Über jenes Berenike im Trogodytenland hinaus hat sich das eigentliche Ägypten der Lagiden nicht erstreckt. Die weiter gegen Süden liegenden Ansiedlungen Ptolemais “für die Jagd” unterhalb Suâkin und die südlichste Ortschaft des Lagidenreichs, das spätere Adulis, damals vielleicht “Berenike die goldene” oder “bei Saba” genannt, Zula unweit des heutigen Massaua, bei weitem der beste Hafen an dieser ganzen Küste, sind nicht mehr gewesen als Küstenforts und haben mit Ägypten nicht in Landverbindung gestanden. Auch sind diese entlegenen Ansiedlungen ohne Zweifel unter den späteren Lagiden entweder verlorengegangen oder freiwillig aufgegeben worden, und war in der Epoche, wo die römische Herrschaft eintritt, wie im Binnenland Syene, so an der Küste das trogodytische Berenike die Reichsgrenze.
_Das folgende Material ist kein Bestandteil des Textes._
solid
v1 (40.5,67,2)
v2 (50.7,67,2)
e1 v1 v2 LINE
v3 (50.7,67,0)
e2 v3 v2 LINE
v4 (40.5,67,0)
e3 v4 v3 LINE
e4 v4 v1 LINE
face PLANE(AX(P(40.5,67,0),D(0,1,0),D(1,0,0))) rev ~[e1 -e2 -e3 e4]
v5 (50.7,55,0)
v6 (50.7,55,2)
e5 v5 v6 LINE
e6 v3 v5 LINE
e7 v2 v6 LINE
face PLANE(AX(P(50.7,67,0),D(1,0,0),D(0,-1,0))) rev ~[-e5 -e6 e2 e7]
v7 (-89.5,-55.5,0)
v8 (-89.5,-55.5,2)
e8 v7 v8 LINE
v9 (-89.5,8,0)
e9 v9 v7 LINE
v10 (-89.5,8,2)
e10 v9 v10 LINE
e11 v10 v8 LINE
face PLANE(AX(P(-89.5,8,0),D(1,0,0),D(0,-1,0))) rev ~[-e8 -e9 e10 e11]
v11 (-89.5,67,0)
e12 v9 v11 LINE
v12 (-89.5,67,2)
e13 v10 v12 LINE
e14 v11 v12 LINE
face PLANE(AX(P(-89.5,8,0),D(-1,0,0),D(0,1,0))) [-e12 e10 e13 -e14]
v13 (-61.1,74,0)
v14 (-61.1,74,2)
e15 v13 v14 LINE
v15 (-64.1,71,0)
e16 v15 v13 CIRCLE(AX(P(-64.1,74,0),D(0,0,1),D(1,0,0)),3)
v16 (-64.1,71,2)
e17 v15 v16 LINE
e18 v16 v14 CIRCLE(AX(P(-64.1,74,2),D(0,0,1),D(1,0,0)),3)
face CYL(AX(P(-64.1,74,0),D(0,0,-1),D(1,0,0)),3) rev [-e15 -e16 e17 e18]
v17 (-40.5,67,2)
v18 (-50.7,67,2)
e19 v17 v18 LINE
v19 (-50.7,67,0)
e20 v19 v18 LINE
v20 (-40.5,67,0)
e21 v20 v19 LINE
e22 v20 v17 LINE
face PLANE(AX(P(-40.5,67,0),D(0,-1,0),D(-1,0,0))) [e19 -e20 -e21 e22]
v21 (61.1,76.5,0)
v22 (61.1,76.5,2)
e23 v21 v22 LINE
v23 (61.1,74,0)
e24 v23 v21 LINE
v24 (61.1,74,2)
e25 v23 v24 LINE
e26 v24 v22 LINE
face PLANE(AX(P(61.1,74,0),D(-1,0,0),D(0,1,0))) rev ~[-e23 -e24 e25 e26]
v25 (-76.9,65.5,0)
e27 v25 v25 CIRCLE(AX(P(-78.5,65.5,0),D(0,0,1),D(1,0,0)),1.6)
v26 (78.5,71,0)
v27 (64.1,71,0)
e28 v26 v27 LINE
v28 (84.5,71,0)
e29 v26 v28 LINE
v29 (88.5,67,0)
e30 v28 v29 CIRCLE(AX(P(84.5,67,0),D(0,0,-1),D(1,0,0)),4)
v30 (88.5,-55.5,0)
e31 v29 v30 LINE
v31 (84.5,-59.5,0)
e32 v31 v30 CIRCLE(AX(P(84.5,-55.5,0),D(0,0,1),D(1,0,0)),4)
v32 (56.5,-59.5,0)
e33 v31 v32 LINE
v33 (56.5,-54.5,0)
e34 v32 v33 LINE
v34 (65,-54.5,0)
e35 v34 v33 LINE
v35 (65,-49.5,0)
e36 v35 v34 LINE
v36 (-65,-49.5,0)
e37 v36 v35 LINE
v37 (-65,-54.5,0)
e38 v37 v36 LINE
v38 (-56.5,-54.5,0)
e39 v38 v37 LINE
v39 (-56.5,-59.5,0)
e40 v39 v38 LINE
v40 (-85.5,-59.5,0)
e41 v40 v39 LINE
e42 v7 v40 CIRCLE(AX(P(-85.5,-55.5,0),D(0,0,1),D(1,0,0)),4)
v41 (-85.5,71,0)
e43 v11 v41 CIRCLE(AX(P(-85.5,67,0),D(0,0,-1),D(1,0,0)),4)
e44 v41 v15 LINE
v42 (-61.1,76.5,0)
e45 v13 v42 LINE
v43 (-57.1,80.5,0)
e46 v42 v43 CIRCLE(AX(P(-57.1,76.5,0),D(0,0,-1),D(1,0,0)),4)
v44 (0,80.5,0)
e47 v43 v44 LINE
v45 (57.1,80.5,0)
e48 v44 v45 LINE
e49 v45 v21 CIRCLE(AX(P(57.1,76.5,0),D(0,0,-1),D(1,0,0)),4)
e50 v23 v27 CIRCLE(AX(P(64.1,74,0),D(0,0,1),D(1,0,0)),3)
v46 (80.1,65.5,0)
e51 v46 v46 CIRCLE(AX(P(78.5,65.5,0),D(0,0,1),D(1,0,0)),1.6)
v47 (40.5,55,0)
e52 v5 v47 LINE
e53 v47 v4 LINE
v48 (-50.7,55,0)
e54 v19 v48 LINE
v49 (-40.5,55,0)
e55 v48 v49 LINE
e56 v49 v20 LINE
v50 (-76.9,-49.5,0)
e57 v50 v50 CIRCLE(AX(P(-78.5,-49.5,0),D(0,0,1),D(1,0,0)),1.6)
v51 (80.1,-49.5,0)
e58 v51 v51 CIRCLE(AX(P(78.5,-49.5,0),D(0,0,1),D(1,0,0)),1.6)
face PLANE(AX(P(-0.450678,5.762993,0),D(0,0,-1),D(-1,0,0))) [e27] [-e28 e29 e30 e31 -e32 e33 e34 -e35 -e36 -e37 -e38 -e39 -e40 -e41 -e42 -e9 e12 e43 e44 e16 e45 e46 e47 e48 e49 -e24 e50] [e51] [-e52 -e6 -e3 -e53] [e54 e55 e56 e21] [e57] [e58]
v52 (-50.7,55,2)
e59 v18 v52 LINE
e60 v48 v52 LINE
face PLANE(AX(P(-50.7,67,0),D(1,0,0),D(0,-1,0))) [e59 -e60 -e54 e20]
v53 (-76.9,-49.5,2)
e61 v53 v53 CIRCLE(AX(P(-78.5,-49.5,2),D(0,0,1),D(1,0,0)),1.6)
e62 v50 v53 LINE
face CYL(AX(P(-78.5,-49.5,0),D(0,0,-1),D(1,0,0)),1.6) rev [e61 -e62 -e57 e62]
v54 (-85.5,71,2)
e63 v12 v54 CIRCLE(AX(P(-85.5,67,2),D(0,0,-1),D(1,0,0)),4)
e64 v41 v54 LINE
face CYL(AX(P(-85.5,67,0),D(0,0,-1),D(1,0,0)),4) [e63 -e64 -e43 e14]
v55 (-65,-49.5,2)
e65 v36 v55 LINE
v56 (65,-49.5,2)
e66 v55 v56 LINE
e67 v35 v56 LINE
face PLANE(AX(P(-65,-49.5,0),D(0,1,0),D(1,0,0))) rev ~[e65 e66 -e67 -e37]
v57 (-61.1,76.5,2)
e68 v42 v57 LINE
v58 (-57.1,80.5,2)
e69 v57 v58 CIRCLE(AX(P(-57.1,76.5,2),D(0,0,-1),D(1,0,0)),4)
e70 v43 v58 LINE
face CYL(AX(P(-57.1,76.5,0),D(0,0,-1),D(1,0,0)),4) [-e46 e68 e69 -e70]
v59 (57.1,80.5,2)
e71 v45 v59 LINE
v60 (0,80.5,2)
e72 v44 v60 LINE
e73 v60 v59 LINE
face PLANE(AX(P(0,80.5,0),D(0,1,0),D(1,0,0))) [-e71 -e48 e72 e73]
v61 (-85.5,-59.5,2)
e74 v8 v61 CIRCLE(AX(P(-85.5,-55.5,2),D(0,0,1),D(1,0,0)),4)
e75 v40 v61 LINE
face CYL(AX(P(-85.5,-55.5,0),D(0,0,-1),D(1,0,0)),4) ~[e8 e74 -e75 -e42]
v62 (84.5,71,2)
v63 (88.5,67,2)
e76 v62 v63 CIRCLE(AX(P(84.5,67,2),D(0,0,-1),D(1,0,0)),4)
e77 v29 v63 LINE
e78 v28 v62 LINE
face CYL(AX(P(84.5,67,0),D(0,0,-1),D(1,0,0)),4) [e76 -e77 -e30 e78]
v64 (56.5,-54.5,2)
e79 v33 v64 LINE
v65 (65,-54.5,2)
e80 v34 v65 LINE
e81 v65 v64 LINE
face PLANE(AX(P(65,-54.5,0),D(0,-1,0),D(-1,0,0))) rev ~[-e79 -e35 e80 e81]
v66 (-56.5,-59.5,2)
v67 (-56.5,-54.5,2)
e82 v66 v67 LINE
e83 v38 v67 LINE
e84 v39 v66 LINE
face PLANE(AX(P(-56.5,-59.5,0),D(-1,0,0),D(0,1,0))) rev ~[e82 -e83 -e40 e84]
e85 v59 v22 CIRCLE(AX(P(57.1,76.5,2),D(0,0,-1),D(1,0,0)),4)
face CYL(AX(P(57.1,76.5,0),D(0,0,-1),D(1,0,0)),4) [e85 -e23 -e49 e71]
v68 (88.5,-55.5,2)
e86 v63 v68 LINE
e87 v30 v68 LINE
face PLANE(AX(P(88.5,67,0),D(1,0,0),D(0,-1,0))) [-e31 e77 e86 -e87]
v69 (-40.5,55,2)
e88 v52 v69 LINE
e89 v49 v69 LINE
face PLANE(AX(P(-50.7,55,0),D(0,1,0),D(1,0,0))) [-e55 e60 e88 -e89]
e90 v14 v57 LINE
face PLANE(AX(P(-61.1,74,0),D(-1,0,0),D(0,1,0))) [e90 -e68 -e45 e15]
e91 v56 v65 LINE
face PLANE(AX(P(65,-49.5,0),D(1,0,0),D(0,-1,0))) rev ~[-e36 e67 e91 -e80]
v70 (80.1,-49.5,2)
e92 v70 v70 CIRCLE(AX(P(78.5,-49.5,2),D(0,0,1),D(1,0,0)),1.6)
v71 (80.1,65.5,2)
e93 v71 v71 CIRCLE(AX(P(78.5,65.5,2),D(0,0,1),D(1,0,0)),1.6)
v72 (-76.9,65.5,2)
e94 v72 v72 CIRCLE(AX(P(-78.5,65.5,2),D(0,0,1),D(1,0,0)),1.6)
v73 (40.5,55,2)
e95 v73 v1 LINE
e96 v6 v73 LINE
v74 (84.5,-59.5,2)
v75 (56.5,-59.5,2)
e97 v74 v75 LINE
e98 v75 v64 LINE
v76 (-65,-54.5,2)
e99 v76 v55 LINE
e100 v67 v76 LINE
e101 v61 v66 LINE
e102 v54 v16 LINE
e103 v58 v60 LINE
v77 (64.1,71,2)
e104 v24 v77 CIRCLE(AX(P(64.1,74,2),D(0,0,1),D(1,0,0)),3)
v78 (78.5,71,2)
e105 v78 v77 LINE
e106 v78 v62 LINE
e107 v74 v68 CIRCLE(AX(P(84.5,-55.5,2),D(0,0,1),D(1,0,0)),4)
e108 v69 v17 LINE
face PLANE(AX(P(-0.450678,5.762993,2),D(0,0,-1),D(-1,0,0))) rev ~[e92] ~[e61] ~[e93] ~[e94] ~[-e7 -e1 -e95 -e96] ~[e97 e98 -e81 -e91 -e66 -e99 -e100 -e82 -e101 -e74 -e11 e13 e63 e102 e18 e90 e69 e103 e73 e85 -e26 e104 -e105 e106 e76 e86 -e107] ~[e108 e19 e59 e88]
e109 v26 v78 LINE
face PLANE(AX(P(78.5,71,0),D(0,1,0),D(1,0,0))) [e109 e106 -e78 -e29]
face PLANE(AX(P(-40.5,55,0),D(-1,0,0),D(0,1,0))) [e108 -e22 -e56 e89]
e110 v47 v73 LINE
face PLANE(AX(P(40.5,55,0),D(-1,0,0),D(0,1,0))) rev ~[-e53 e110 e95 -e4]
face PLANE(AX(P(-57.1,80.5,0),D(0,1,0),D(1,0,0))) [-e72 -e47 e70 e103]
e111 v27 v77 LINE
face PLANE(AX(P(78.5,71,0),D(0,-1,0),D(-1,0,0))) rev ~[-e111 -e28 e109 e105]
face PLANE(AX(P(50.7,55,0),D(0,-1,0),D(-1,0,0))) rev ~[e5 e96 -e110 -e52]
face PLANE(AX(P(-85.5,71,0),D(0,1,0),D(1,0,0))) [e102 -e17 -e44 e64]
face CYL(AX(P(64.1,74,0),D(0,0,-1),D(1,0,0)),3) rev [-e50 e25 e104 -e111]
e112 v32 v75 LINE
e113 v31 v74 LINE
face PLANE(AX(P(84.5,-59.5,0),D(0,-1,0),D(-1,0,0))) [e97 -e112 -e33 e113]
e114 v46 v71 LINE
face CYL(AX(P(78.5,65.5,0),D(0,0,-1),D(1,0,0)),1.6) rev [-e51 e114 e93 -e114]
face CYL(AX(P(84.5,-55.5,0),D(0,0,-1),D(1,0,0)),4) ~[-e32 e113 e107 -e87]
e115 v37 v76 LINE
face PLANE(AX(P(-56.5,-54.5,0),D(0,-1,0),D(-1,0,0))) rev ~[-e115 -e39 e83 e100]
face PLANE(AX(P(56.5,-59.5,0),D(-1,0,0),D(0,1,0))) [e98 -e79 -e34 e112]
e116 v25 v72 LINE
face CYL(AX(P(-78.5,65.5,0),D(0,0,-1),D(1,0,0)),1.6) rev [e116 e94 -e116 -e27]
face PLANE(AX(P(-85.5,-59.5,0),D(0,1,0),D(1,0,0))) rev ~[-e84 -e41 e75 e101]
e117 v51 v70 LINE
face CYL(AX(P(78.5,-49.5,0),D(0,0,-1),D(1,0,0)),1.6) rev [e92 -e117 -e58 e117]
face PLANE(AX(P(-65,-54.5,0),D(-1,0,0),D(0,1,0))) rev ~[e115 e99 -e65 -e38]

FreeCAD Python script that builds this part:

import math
import FreeCAD as App
import Part
import Sketcher
from FreeCAD import Vector

doc = App.newDocument("Part")
body = doc.addObject("PartDesign::Body", "Body")

sketch1 = body.newObject("Sketcher::SketchObject", "Sketch")
sketch1.AttachmentSupport = (doc.getObject("XY_Plane"), [""])
sketch1.MapMode = "FlatFace"
sketch1.addGeometry([
    Part.ArcOfCircle(Part.Circle(Vector(-64.1, 74, 0), Vector(0, 0, 1), 3), math.radians(-90), math.radians(0)),
    Part.LineSegment(Vector(-64.1, 71, 0), Vector(-85.5, 71, 0)),
    Part.ArcOfCircle(Part.Circle(Vector(-85.5, 67, 0), Vector(0, 0, 1), 4), math.radians(90), math.radians(180)),
    Part.LineSegment(Vector(-89.5, 67, 0), Vector(-89.5, -55.5, 0)),
    Part.ArcOfCircle(Part.Circle(Vector(-85.5, -55.5, 0), Vector(0, 0, 1), 4), math.radians(180), math.radians(270)),
    Part.LineSegment(Vector(-85.5, -59.5, 0), Vector(-56.5, -59.5, 0)),
    Part.LineSegment(Vector(-56.5, -59.5, 0), Vector(-56.5, -54.5, 0)),
    Part.LineSegment(Vector(-56.5, -54.5, 0), Vector(-65, -54.5, 0)),
    Part.LineSegment(Vector(-65, -54.5, 0), Vector(-65, -49.5, 0)),
    Part.LineSegment(Vector(-65, -49.5, 0), Vector(65, -49.5, 0)),
    Part.LineSegment(Vector(65, -49.5, 0), Vector(65, -54.5, 0)),
    Part.LineSegment(Vector(65, -54.5, 0), Vector(56.5, -54.5, 0)),
    Part.LineSegment(Vector(56.5, -54.5, 0), Vector(56.5, -59.5, 0)),
    Part.LineSegment(Vector(56.5, -59.5, 0), Vector(84.5, -59.5, 0)),
    Part.ArcOfCircle(Part.Circle(Vector(84.5, -55.5, 0), Vector(0, 0, 1), 4), math.radians(-90), math.radians(0)),
    Part.LineSegment(Vector(88.5, -55.5, 0), Vector(88.5, 67, 0)),
    Part.ArcOfCircle(Part.Circle(Vector(84.5, 67, 0), Vector(0, 0, 1), 4), math.radians(0), math.radians(90)),
    Part.LineSegment(Vector(84.5, 71, 0), Vector(64.1, 71, 0)),
    Part.ArcOfCircle(Part.Circle(Vector(64.1, 74, 0), Vector(0, 0, 1), 3), math.radians(180), math.radians(270)),
    Part.LineSegment(Vector(61.1, 74, 0), Vector(61.1, 76.5, 0)),
    Part.ArcOfCircle(Part.Circle(Vector(57.1, 76.5, 0), Vector(0, 0, 1), 4), math.radians(0), math.radians(90)),
    Part.LineSegment(Vector(57.1, 80.5, 0), Vector(-57.1, 80.5, 0)),
    Part.ArcOfCircle(Part.Circle(Vector(-57.1, 76.5, 0), Vector(0, 0, 1), 4), math.radians(90), math.radians(180)),
    Part.LineSegment(Vector(-61.1, 76.5, 0), Vector(-61.1, 74, 0)),
    Part.Circle(Vector(-78.5, -49.5, 0), Vector(0, 0, 1), 1.6),
    Part.Circle(Vector(78.5, -49.5, 0), Vector(0, 0, 1), 1.6),
    Part.LineSegment(Vector(-40.5, 55, 0), Vector(-50.7, 55, 0)),
    Part.LineSegment(Vector(-50.7, 55, 0), Vector(-50.7, 67, 0)),
    Part.LineSegment(Vector(-50.7, 67, 0), Vector(-40.5, 67, 0)),
    Part.LineSegment(Vector(-40.5, 67, 0), Vector(-40.5, 55, 0)),
    Part.Circle(Vector(-78.5, 65.5, 0), Vector(0, 0, 1), 1.6),
    Part.LineSegment(Vector(50.7, 67, 0), Vector(50.7, 55, 0)),
    Part.LineSegment(Vector(50.7, 55, 0), Vector(40.5, 55, 0)),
In diesem von den Ägyptern nie besetzten oder früh geräumten Gebiet bildete sich, sei es am Ausgang der Lagidenepoche, sei es in der ersten Kaiserzeit, ein unabhängiger Staat von Ausdehnung und Bedeutung, derjenige der Axomiten ^54, entsprechend dem heutigen Habesch. Er führt seinen Namen von der im Herzen dieses Alpenlandes, acht Tagereisen vom Meer in der heutigen Landschaft Tigre gelegenen Stadt Axomis, dem heutigen Aksum; als Hafen dient ihm das schon erwähnte beste Emporium an dieser Küste, Adulis in der Bucht von Massaua. Die ursprüngliche Bevölkerung dieser Landschaft mag wohl das Agau gesprochen haben, von welcher Sprache sich noch heute in einzelnen Strichen des Südens reine Überreste behaupten und die dem gleichen hamitischen Kreise mit den heutigen Bedscha, Dankali, Somali, Galla angehört; der ägyptischen Bevölkerung scheint dieser Sprachkreis in ähnlicher Weise verwandt wie die Griechen mit den Kelten und den Slaven, so daß hier wohl für die Forschung eine Verwandtschaft, für das geschichtliche Dasein aber vielmehr allein der Gegensatz besteht. Aber bevor unsere Kunde von diesem Lande auch nur beginnt, müssen überlegene Semitische, zu den himjaritischen Stämmen des südlichen Arabiens gehörige Einwanderer den schmalen Meerbusen überschritten und ihre Sprache wie ihre Schrift dort einheimisch gemacht haben. Die alte, erst lange nach römischer Zeit im Volksgebrauch erloschene Schriftsprache von Habesch, das Ge’ez oder, wie sie fälschlich meist genannt wird, die äthiopische ^55, ist rein semitisch ^56, und die jetzt noch lebenden Dialekte, namentlich das Tigrina, sind es im wesentlichen auch, nur durch die Einwirkung des älteren Agau getrübt.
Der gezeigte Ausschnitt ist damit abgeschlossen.